Your objective: Set down exactly the first line of the entries and every line after it, through the line with "v 0 -0.0362 0.0209".

Study material:
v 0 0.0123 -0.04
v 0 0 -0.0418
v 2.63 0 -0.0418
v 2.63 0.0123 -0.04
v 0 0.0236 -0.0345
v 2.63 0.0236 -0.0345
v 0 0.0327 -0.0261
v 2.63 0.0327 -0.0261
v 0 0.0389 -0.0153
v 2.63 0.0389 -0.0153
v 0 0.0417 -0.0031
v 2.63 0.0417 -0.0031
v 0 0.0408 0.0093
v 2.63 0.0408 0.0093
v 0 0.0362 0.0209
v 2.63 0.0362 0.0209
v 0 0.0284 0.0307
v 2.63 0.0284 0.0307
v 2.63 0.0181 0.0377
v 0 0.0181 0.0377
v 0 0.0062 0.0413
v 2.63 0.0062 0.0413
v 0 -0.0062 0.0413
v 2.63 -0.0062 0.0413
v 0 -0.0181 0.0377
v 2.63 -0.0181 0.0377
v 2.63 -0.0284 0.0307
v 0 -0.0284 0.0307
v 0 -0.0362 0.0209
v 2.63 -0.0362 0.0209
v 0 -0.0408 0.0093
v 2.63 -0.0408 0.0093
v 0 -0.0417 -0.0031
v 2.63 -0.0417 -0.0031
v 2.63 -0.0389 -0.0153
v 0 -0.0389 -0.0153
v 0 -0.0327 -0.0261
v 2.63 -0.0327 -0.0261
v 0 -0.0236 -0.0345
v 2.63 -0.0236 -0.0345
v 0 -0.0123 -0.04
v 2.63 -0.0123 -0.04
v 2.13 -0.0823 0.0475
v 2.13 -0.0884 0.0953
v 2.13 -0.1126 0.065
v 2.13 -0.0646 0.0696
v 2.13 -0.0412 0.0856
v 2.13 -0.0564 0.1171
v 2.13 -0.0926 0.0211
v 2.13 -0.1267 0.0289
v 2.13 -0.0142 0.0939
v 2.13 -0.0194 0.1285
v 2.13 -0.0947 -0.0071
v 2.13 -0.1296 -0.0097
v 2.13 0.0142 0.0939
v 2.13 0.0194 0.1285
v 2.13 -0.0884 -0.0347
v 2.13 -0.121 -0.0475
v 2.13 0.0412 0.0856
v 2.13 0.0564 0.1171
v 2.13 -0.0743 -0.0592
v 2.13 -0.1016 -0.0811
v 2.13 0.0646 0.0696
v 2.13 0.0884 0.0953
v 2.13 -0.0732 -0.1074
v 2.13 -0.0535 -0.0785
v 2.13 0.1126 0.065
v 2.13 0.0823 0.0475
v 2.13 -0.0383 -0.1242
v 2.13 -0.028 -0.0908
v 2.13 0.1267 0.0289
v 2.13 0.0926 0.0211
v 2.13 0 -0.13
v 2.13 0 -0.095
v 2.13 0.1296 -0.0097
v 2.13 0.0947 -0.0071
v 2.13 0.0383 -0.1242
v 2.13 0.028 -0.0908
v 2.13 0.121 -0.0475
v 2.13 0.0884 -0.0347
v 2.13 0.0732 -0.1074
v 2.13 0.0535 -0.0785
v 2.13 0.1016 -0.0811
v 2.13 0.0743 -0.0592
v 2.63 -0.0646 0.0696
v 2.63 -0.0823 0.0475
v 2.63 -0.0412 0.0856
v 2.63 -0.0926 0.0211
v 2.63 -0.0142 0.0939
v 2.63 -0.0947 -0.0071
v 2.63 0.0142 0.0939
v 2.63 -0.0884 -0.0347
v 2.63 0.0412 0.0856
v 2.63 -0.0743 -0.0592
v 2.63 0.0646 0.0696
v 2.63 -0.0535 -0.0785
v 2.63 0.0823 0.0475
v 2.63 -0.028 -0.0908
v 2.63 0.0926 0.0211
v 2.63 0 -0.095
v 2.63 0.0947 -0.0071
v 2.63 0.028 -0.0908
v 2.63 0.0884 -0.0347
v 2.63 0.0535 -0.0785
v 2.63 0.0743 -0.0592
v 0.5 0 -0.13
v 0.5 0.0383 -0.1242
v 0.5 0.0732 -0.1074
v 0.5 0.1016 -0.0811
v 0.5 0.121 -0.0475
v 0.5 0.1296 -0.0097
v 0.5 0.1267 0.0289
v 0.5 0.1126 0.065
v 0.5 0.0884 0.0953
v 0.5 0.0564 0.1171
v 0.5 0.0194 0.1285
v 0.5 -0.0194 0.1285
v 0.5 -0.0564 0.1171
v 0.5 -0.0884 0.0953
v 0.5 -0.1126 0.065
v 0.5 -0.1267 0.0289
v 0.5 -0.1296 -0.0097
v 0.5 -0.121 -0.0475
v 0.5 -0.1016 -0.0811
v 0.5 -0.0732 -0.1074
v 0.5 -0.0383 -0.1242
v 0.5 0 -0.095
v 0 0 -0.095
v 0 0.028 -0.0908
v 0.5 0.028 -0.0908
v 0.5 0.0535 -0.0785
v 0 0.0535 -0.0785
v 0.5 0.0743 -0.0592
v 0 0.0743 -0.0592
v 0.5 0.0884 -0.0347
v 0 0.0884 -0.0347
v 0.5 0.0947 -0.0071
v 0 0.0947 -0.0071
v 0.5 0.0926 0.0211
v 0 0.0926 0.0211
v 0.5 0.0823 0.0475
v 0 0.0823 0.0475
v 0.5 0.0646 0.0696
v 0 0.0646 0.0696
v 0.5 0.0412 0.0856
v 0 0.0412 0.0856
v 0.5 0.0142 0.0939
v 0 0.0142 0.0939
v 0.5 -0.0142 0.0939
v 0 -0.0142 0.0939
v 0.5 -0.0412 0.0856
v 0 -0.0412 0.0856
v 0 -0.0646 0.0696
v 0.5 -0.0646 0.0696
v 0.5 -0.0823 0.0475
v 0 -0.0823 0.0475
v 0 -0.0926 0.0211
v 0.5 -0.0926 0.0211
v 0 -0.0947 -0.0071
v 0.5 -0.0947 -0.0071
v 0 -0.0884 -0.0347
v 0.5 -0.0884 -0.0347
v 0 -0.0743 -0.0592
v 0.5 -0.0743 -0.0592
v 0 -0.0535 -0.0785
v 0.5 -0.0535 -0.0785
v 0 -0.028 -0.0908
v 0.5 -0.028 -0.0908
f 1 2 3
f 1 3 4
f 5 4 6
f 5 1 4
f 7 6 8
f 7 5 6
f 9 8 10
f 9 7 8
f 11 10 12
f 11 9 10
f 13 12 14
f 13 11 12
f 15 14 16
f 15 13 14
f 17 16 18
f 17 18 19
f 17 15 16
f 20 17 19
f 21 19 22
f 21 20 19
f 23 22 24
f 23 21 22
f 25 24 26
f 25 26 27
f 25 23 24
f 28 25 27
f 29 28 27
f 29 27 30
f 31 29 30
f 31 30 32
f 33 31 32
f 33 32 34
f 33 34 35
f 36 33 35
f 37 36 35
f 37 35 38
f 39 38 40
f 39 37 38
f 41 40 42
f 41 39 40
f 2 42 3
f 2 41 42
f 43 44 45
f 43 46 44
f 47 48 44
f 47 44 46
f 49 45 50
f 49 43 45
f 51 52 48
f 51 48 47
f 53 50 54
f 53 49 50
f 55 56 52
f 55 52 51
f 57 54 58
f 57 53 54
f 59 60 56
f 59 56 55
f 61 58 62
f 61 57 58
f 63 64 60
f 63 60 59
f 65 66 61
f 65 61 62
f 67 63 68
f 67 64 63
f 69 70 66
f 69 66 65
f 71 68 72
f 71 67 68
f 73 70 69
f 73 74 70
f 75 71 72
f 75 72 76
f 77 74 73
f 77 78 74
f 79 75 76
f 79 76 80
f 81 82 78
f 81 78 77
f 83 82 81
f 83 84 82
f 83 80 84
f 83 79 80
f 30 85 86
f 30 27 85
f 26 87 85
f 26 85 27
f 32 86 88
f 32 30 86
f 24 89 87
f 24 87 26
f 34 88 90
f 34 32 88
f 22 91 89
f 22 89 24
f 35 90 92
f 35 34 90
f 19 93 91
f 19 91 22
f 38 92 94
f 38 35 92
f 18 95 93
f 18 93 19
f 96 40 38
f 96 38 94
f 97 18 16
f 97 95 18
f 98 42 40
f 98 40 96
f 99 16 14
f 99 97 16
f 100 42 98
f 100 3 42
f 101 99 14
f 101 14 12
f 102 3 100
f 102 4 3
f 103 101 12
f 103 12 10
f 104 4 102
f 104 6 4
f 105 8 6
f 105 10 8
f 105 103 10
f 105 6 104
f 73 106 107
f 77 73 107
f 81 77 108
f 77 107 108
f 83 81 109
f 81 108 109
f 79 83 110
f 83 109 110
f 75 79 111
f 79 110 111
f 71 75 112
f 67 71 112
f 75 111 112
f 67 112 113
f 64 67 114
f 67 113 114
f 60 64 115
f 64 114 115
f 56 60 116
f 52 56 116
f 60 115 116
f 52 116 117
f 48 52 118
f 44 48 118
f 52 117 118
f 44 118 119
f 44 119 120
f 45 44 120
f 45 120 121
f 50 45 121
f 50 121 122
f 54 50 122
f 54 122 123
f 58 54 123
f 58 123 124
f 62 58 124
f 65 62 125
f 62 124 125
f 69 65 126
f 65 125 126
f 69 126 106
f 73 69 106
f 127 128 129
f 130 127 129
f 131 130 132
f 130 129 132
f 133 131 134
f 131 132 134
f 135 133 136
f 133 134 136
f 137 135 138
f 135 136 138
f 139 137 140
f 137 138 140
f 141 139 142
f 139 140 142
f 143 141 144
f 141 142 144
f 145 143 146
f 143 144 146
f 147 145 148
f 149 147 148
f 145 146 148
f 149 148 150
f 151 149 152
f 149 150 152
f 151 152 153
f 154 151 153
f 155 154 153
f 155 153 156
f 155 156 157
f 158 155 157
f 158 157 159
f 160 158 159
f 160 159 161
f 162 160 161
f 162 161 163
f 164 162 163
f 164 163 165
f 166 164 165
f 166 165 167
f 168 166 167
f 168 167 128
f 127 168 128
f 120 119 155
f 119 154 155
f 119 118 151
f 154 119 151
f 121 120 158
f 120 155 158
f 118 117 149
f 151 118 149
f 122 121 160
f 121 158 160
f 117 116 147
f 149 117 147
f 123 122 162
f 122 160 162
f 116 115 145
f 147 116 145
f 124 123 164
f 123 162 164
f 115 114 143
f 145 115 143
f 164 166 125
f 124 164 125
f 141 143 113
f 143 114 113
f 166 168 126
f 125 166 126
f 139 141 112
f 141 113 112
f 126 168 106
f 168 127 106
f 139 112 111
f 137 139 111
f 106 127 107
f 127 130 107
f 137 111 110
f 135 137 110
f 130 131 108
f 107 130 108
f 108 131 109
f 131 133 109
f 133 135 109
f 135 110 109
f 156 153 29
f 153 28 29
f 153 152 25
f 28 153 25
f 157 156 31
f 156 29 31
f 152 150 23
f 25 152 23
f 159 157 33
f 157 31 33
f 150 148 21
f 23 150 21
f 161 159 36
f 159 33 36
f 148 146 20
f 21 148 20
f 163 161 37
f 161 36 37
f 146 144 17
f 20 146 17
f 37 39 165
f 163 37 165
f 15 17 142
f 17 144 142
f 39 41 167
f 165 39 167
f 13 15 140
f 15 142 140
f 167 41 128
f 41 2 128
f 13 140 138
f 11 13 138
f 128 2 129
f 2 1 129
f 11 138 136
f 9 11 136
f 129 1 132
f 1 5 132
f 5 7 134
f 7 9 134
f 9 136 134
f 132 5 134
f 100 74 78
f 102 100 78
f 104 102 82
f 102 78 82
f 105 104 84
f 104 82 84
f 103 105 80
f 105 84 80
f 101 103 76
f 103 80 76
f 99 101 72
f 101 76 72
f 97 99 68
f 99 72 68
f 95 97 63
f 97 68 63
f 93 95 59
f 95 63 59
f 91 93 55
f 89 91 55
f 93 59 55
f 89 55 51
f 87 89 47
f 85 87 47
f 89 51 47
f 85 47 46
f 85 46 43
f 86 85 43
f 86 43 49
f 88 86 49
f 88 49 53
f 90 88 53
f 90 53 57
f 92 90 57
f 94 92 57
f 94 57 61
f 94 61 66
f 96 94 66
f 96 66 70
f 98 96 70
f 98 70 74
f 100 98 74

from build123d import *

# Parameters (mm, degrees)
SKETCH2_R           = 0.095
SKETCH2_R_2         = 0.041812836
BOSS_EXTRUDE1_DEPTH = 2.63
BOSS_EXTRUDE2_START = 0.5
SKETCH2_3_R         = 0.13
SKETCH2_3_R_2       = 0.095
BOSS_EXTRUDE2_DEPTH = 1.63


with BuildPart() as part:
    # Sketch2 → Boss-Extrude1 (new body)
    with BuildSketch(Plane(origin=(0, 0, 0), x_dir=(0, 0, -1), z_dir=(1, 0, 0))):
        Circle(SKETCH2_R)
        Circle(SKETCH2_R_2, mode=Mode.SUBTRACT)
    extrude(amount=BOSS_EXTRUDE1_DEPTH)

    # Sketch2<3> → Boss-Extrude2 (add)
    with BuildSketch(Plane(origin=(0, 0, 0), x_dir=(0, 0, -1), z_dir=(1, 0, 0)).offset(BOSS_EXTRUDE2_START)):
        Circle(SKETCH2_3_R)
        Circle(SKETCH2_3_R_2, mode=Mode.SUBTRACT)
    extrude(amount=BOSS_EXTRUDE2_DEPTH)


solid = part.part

Result for this exercise:
v 0 0.0123 -0.04
v 0 0 -0.0418
v 2.63 0 -0.0418
v 2.63 0.0123 -0.04
v 0 0.0236 -0.0345
v 2.63 0.0236 -0.0345
v 0 0.0327 -0.0261
v 2.63 0.0327 -0.0261
v 0 0.0389 -0.0153
v 2.63 0.0389 -0.0153
v 0 0.0417 -0.0031
v 2.63 0.0417 -0.0031
v 0 0.0408 0.0093
v 2.63 0.0408 0.0093
v 0 0.0362 0.0209
v 2.63 0.0362 0.0209
v 0 0.0284 0.0307
v 2.63 0.0284 0.0307
v 2.63 0.0181 0.0377
v 0 0.0181 0.0377
v 0 0.0062 0.0413
v 2.63 0.0062 0.0413
v 0 -0.0062 0.0413
v 2.63 -0.0062 0.0413
v 0 -0.0181 0.0377
v 2.63 -0.0181 0.0377
v 2.63 -0.0284 0.0307
v 0 -0.0284 0.0307
v 0 -0.0362 0.0209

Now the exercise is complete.